During the anti-Qaddafi rebellion, some Tubu formed the rebel-allied “Desert Shield Brigade,” which conducted long-range raids (a Tubu specialty) on Murzuk and al-Qatrun (Ennahar [Algiers], August 20, 2011; AFP, July 23, 2011). The Brigade was led by veteran Tubu militant Barka Wardagou, the former leader of the Niger-based Tubu movement Front armérevolutionnaire du Sahara (FARS), which has worked in cooperation with Tuareg militant groups in the past.

The Libyan Tubu claim that, rather than facilitating the entry of foreign militants, the local Tubu have formed their own border patrols to ensure Libya’s sovereignty in the absence of an effective central authority. According to Tubu representative Muhammad al-Sanusi, “Libya’s borders are a red line” (Now Lebanon, March 1).

Led by Isa Abd al-Majid, some Libyan Tubu organized resistance to the Qaddafi regime in 2007 by organizing the Tubu Front for the Salvation of Libya (TFSL), though al-Majid emphasized at the time that the movement was not seeking separation, only “the restitution of our rights” (al-Alam TV [Tehran], August 15, 2007). In light of the fighting in Sabha and the clashes between the Tubu and the Zuwaya Arabs of Kufra Oasis in February, al-Majid expressed the exasperation of the Libyan Tubu by announcing “the reactivation of the Tubu Front for the Salvation of Libya [TFSL] to protect the Tubu people from ethnic cleansing… If necessary, we will demand international intervention and work towards the creation of a state, as in South Sudan” (Libya Herald; March 28). With the TNC struggling to establish national institutions, separatist threats have even spread to the TNC’s powerbase in Cyrenaica. In mid-March, 3,000 representatives gathered in Benghazi to form an autonomous region in eastern Libya under the “Congress of the People of Barqa [the Arabic name for Cyrenaica)” led by Ahmad al-Zubay al-Sanusi, the grandson of King Idris al-Sanusi (1951-1969) (Jomhuri-ye Eslami [Tehran], March 22). The new autonomous region would hold about three-quarters of Libya’s known oil reserves.

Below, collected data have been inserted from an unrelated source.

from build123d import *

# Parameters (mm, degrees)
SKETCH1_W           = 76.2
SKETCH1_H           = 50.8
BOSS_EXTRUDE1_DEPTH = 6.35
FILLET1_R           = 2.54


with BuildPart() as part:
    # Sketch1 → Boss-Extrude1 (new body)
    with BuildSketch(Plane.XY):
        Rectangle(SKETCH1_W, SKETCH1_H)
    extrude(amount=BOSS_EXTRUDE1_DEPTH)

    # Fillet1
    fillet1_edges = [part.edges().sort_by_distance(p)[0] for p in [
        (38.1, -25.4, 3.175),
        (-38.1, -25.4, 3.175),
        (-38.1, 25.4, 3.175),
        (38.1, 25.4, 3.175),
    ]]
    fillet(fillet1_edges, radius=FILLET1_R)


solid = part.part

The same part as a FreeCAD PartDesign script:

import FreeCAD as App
import Part
import Sketcher
Q = App.Units.Quantity


def edges_at(feature, points):
    """Names of the edges that pass closest to the given points."""
    edges = feature.Shape.Edges
    near = lambda p: min(range(len(edges)), key=lambda i: edges[i].distToShape(Part.Vertex(*p))[0])
    return sorted({f"Edge{near(p) + 1}" for p in points})


def add_polygon(sketch, points):
    """Adds a closed chain of lines whose ends are joined by coincident constraints."""
    first, n = sketch.GeometryCount, len(points)
    for a, b in zip(points, points[1:] + points[:1]):
        sketch.addGeometry(Part.LineSegment(App.Vector(*a, 0), App.Vector(*b, 0)), False)
    for i in range(n):
        sketch.addConstraint(Sketcher.Constraint("Coincident", first + i, 2, first + (i + 1) % n, 1))

doc = App.newDocument("Part")
body = doc.addObject("PartDesign::Body", "Body")

# Sketch on XY plane
sketch1 = body.newObject("Sketcher::SketchObject", "Sketch")
sketch1.AttachmentSupport = (doc.getObject("XY_Plane"), [""])
sketch1.MapMode = "FlatFace"
add_polygon(sketch1, [(-38, 25), (-38, -25), (38, -25), (38, 25)])  # lines 0-3
sketch1.addConstraint([
    Sketcher.Constraint("Vertical", 0),
    Sketcher.Constraint("Horizontal", 1),
    Sketcher.Constraint("Vertical", 2),
    Sketcher.Constraint("Horizontal", 3),
    Sketcher.Constraint("Symmetric", 0, 2, 2, 2, -1, 1),
    Sketcher.Constraint("DistanceX", 1, 1, 1, 2, Q("3 in")),
    Sketcher.Constraint("DistanceY", 0, 2, 0, 1, Q("2 in")),
])
pad1 = body.newObject("PartDesign::Pad", "Pad")
pad1.Profile = sketch1
pad1.Length = Q("0.25 in")
doc.recompute()

fillet = body.newObject("PartDesign::Fillet", "Fillet")
fillet.Base = (pad1, edges_at(pad1, [
    (38.1, -25.4, 3.175),
    (-38.1, -25.4, 3.175),
    (-38.1, 25.4, 3.175),
    (38.1, 25.4, 3.175),
]))
fillet.Radius = Q("0.1 in")

doc.recompute()
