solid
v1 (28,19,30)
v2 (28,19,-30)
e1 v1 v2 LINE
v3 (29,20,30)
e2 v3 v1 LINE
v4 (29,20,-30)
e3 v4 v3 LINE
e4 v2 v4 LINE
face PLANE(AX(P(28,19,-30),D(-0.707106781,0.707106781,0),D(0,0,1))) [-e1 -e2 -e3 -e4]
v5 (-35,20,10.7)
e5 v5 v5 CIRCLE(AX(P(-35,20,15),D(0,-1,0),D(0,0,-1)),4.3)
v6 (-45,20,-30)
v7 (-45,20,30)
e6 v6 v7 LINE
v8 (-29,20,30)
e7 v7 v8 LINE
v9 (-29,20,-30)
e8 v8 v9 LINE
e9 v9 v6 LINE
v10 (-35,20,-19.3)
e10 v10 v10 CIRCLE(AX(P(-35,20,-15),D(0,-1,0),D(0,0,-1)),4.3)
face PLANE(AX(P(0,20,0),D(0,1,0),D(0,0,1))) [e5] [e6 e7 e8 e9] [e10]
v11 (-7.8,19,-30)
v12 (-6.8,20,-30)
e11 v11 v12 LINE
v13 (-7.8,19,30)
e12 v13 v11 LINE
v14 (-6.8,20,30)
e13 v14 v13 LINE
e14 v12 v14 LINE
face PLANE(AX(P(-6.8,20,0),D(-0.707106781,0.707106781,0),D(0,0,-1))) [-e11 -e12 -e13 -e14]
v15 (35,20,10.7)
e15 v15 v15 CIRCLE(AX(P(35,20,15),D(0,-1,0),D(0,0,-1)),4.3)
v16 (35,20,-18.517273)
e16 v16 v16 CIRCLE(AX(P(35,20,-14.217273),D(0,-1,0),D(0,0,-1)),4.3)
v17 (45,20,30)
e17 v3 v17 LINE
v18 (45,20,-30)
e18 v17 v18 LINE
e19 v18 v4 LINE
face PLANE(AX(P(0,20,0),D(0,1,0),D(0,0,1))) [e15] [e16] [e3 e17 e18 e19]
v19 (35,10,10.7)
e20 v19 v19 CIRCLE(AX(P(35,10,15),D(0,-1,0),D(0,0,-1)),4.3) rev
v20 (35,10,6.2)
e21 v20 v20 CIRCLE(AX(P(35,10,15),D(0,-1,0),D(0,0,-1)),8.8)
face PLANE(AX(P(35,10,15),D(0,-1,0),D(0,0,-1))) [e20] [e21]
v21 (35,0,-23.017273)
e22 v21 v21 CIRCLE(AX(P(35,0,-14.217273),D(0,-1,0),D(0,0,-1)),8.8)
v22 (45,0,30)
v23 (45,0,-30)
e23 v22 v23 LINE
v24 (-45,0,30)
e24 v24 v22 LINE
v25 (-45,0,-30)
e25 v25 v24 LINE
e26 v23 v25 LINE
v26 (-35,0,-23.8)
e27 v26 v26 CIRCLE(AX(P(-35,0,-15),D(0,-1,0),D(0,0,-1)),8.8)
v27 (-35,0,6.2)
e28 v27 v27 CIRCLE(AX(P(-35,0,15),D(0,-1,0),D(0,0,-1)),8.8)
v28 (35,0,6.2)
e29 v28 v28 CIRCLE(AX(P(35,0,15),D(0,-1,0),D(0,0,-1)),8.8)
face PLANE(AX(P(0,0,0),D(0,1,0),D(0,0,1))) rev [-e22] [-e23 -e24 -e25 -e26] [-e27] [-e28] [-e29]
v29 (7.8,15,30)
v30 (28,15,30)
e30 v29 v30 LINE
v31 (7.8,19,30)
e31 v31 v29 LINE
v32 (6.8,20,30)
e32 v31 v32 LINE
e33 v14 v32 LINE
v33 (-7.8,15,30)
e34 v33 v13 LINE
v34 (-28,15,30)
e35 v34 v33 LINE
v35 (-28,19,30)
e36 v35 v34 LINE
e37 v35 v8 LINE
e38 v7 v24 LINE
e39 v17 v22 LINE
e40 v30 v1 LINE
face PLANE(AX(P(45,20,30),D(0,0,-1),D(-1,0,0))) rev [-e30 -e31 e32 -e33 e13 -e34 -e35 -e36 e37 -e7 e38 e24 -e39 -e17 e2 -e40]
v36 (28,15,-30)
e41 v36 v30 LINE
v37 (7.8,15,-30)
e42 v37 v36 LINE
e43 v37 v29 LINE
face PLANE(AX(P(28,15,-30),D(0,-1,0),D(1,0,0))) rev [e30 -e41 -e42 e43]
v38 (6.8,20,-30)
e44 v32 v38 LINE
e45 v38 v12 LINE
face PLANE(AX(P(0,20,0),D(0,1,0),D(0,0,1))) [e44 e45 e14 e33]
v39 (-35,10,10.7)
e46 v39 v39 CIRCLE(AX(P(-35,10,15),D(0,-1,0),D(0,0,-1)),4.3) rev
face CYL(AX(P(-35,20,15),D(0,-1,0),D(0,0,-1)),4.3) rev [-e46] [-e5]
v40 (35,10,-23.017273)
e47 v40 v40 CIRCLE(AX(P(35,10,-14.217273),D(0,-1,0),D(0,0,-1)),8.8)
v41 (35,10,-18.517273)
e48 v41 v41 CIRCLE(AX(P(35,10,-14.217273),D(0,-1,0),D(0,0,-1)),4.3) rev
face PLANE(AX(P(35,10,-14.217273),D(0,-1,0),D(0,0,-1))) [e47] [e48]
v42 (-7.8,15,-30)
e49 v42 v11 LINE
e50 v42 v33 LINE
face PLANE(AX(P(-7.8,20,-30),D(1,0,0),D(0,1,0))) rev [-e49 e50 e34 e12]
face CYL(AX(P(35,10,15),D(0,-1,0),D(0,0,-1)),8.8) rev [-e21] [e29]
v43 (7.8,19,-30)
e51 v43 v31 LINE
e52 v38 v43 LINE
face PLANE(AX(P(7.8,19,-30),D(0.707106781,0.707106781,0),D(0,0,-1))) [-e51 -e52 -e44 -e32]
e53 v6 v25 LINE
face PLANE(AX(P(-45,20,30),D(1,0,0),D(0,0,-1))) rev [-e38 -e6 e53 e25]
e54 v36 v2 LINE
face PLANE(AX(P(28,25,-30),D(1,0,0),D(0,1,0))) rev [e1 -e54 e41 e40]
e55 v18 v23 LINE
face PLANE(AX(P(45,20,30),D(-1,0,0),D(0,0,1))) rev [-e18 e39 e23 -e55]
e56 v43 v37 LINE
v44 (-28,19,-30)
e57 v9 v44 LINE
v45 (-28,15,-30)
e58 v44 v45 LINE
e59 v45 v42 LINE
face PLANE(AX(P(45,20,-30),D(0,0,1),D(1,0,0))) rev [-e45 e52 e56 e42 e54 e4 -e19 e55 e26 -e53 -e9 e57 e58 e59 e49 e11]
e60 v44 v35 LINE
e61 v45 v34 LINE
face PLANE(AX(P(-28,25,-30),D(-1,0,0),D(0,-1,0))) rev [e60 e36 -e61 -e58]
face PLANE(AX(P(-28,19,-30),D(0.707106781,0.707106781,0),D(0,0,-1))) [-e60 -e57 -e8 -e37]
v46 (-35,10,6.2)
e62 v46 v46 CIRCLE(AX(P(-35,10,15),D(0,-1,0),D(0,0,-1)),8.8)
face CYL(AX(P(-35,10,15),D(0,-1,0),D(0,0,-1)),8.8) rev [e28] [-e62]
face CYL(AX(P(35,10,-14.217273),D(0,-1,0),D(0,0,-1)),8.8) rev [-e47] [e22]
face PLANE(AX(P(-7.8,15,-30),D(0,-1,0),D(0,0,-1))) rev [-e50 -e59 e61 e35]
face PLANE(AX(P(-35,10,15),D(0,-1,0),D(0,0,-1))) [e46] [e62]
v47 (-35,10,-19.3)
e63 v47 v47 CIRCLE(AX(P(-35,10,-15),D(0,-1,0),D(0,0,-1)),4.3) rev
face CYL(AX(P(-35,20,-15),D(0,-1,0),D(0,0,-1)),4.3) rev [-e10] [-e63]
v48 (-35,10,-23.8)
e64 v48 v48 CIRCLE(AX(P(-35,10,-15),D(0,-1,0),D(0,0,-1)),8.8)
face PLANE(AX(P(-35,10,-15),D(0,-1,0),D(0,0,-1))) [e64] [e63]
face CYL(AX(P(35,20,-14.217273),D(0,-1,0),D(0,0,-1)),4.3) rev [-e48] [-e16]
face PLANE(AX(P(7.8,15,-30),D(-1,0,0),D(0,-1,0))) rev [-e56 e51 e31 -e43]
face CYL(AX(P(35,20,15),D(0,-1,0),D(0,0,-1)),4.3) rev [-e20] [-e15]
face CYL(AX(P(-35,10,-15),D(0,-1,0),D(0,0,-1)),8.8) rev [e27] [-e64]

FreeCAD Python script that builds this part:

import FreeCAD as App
import Part
import Sketcher

V = App.Vector


def edges_at(feature, points):
    """Names of the edges that pass closest to the given points."""
    edges = feature.Shape.Edges
    near = lambda p: min(range(len(edges)), key=lambda i: edges[i].distToShape(Part.Vertex(*p))[0])
    return sorted({f"Edge{near(p) + 1}" for p in points})

doc = App.newDocument("Part")
body = doc.addObject("PartDesign::Body", "Body")

# Sketch on XZ plane
sketch1 = body.newObject("Sketcher::SketchObject", "Sketch")
sketch1.AttachmentSupport = (doc.getObject("XZ_Plane"), [""])
sketch1.MapMode = "FlatFace"
sketch1.addGeometry([
    Part.LineSegment(V(-45, -30, 0), V(-45, 30, 0)),
    Part.LineSegment(V(-45, 30, 0), V(45, 30, 0)),
    Part.LineSegment(V(45, 30, 0), V(45, -30, 0)),
    Part.LineSegment(V(45, -30, 0), V(-45, -30, 0)),
], False)
sketch1.addConstraint([
    Sketcher.Constraint("Coincident", 0, 2, 1, 1),
    Sketcher.Constraint("Coincident", 1, 2, 2, 1),
    Sketcher.Constraint("Coincident", 2, 2, 3, 1),
    Sketcher.Constraint("Coincident", 3, 2, 0, 1),
    Sketcher.Constraint("Vertical", 0),
    Sketcher.Constraint("Horizontal", 1),
    Sketcher.Constraint("Vertical", 2),
    Sketcher.Constraint("Horizontal", 3),
    Sketcher.Constraint("Symmetric", 0, 2, 2, 2, -1, 1),
    Sketcher.Constraint("DistanceX", 1, 1, 1, 2, 90.0),
    Sketcher.Constraint("DistanceY", 0, 1, 0, 2, 60.0),
])
pad1 = body.newObject("PartDesign::Pad", "Pad")
pad1.Profile = sketch1
pad1.Length = 20
pad1.Reversed = True

# Sketch on XY plane
sketch2 = body.newObject("Sketcher::SketchObject", "Sketch001")
sketch2.AttachmentSupport = (doc.getObject("XY_Plane"), [""])
sketch2.MapMode = "FlatFace"
sketch2.AttachmentOffset = App.Placement(V(0, 0, 30), App.Rotation())
sketch2.addGeometry([
    Part.LineSegment(V(28, 25, 0), V(-28, 25, 0)),  # 0
    Part.LineSegment(V(-28, 25, 0), V(-28, 15, 0)),  # 1
    Part.LineSegment(V(-28, 15, 0), V(-8, 15, 0)),  # 2
    Part.LineSegment(V(-8, 15, 0), V(-8, 20, 0)),  # 3
    Part.LineSegment(V(-8, 20, 0), V(8, 20, 0)),  # 4
    Part.LineSegment(V(8, 20, 0), V(8, 15, 0)),  # 5
    Part.LineSegment(V(8, 15, 0), V(28, 15, 0)),  # 6
    Part.LineSegment(V(28, 15, 0), V(28, 25, 0)),  # 7
], False)
sketch2.addConstraint([
    Sketcher.Constraint("Coincident", 0, 2, 1, 1),
    Sketcher.Constraint("Coincident", 1, 2, 2, 1),
    Sketcher.Constraint("Coincident", 2, 2, 3, 1),
    Sketcher.Constraint("Coincident", 3, 2, 4, 1),
    Sketcher.Constraint("Coincident", 4, 2, 5, 1),
    Sketcher.Constraint("Coincident", 5, 2, 6, 1),
    Sketcher.Constraint("Coincident", 6, 2, 7, 1),
    Sketcher.Constraint("Coincident", 7, 2, 0, 1),
    Sketcher.Constraint("Horizontal", 0),
    Sketcher.Constraint("Vertical", 1),
    Sketcher.Constraint("Horizontal", 2),
    Sketcher.Constraint("Vertical", 3),
    Sketcher.Constraint("Horizontal", 4),
    Sketcher.Constraint("Vertical", 5),
    Sketcher.Constraint("Horizontal", 6),
    Sketcher.Constraint("Vertical", 7),
    Sketcher.Constraint("Symmetric", 2, 2, 5, 2, -2),
    Sketcher.Constraint("Equal", 2, 6),
    Sketcher.Constraint("DistanceX", 0, 2, 0, 1, 56.0),
    Sketcher.Constraint("DistanceY", 1, 2, 1, 1, 10.0),
    Sketcher.Constraint("DistanceY", 3, 1, 3, 2, 5.0),
    Sketcher.Constraint("DistanceX", 2, 1, 2, 2, 20.2),
    Sketcher.Constraint("DistanceY", -1, 1, 0, 2, 25.0),
])
pocket1 = body.newObject("PartDesign::Pocket", "Pocket")
pocket1.Profile = sketch2
pocket1.Type = "ThroughAll"

# Sketch on XZ plane
sketch3 = body.newObject("Sketcher::SketchObject", "Sketch002")
sketch3.AttachmentSupport = (doc.getObject("XZ_Plane"), [""])
sketch3.MapMode = "FlatFace"
sketch3.addGeometry([
    Part.Circle(V(-35, 15, 0), V(0, 0, 1), 4.3),
    Part.Circle(V(-35, -15, 0), V(0, 0, 1), 4.3),
    Part.Circle(V(35, -14.2, 0), V(0, 0, 1), 4.3),
    Part.Circle(V(35, 15, 0), V(0, 0, 1), 4.3),
], False)
sketch3.addConstraint([
    Sketcher.Constraint("Equal", 0, 1),
    Sketcher.Constraint("Equal", 1, 2),
    Sketcher.Constraint("Equal", 2, 3),
    Sketcher.Constraint("Symmetric", 1, 3, 3, 3, -1, 1),
    Sketcher.Constraint("Symmetric", 0, 3, 3, 3, -2),
    Sketcher.Constraint("Vertical", 2, 3, 3, 3),
    Sketcher.Constraint("Diameter", 0, 8.6),
    Sketcher.Constraint("DistanceX", 0, 3, -1, 1, 35.0),
    Sketcher.Constraint("DistanceY", -1, 1, 0, 3, 15.0),
    Sketcher.Constraint("DistanceY", 2, 3, -1, 1, 14.217273),
])
pocket2 = body.newObject("PartDesign::Pocket", "Pocket001")
pocket2.Profile = sketch3
pocket2.Type = "ThroughAll"

# Sketch on XZ plane
sketch4 = body.newObject("Sketcher::SketchObject", "Sketch003")
sketch4.AttachmentSupport = (doc.getObject("XZ_Plane"), [""])
sketch4.MapMode = "FlatFace"
sketch4.addGeometry([
    Part.Circle(V(35, 15, 0), V(0, 0, 1), 9),
    Part.Circle(V(35, -14, 0), V(0, 0, 1), 9),
    Part.Circle(V(-35, 15, 0), V(0, 0, 1), 9),
    Part.Circle(V(-35, -15, 0), V(0, 0, 1), 9),
], False)
sketch4.addConstraint([
    Sketcher.Constraint("Equal", 0, 1),
    Sketcher.Constraint("Equal", 1, 2),
    Sketcher.Constraint("Equal", 2, 3),
    Sketcher.Constraint("Symmetric", 0, 3, 3, 3, -1, 1),
    Sketcher.Constraint("Symmetric", 0, 3, 2, 3, -2),
    Sketcher.Constraint("Vertical", 0, 3, 1, 3),
    Sketcher.Constraint("Diameter", 0, 17.6),
    Sketcher.Constraint("DistanceX", -1, 1, 0, 3, 35.0),
    Sketcher.Constraint("DistanceY", -1, 1, 0, 3, 15.0),
    Sketcher.Constraint("DistanceY", 1, 3, -1, 1, 14.217273),
])
pocket3 = body.newObject("PartDesign::Pocket", "Pocket002")
pocket3.Profile = sketch4
pocket3.Length = 10
doc.recompute()

chamfer = body.newObject("PartDesign::Chamfer", "Chamfer")
chamfer.Base = (pocket3, edges_at(pocket3, [
    (28, 20, 0),
    (-28, 20, 0),
    (7.8, 20, 0),
    (-7.8, 20, 0),
]))
chamfer.Size = 1

doc.recompute()
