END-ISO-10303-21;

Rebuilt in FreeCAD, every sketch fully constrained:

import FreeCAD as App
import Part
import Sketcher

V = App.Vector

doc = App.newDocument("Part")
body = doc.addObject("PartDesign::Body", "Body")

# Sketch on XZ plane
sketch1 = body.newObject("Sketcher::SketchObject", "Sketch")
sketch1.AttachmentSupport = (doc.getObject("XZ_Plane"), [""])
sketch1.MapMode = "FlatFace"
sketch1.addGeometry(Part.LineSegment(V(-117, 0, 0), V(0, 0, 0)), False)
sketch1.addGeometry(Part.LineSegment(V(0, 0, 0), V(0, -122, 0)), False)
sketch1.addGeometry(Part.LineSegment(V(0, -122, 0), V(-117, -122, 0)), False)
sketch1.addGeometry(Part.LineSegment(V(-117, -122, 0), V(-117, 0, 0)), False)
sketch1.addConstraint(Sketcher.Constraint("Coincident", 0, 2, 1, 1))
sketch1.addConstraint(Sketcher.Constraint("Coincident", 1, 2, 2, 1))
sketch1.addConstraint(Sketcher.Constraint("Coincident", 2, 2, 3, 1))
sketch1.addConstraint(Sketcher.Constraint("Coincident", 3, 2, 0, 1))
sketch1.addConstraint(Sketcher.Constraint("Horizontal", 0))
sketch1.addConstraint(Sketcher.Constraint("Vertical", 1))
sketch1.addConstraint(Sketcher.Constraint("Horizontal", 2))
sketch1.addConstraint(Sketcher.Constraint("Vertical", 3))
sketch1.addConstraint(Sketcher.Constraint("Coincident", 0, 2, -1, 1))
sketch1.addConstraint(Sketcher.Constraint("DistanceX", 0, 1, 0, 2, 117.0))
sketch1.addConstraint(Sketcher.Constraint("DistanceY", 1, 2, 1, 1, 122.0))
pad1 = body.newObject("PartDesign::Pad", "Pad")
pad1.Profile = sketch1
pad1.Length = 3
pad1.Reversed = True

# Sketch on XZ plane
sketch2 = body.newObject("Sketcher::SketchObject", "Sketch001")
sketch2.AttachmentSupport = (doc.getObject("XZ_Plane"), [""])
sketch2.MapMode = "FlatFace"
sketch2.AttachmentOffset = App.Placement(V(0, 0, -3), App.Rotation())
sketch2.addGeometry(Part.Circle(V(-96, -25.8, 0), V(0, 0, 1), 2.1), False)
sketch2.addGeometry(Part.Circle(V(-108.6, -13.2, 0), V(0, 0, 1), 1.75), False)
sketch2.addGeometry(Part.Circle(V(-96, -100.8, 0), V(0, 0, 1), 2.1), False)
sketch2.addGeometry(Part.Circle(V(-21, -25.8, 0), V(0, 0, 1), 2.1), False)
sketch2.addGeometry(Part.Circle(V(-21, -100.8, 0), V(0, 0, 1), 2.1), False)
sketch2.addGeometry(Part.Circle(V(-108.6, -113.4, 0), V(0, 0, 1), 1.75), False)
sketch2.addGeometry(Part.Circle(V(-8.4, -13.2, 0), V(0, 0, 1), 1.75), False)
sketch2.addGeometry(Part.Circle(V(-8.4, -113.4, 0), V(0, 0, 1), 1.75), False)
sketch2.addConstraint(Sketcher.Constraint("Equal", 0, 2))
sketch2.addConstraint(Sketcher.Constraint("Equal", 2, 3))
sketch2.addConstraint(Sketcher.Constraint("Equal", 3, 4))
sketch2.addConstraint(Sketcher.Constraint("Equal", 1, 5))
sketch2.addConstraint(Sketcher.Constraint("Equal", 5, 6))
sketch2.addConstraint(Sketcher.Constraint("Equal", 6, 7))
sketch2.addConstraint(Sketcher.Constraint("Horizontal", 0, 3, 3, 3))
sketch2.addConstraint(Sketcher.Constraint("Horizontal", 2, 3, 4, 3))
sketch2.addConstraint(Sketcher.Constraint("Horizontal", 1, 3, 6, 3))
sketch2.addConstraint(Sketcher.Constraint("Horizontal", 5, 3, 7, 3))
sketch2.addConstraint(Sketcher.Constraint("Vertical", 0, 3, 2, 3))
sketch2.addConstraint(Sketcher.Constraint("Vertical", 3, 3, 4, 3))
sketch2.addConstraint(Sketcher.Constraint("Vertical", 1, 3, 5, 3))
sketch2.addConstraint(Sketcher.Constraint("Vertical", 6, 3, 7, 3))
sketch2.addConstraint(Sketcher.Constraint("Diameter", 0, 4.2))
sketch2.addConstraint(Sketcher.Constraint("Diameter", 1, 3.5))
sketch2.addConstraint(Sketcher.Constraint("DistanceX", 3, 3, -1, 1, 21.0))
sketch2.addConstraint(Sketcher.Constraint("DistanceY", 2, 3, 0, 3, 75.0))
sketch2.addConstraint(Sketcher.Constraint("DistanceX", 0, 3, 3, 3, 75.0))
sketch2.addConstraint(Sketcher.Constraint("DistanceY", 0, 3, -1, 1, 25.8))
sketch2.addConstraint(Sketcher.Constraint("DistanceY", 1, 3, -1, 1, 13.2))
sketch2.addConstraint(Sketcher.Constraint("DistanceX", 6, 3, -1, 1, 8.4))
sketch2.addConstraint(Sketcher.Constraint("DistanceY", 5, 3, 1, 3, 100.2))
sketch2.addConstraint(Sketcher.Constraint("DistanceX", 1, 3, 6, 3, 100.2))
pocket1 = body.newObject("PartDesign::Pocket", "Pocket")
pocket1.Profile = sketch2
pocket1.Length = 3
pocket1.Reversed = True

According to Ahmat Saleh Boudoumi, a Tibesti Tubu and author of Voyages et conversation en pays toubou, “Relations between the Arabs and Tubu have always been bad. To be integrated with the Arabs… he must renounce his identity, [something] that the Tubus have always refused. Hence their marginalization in Libya” (Tahalil [Nouackchott], March 31).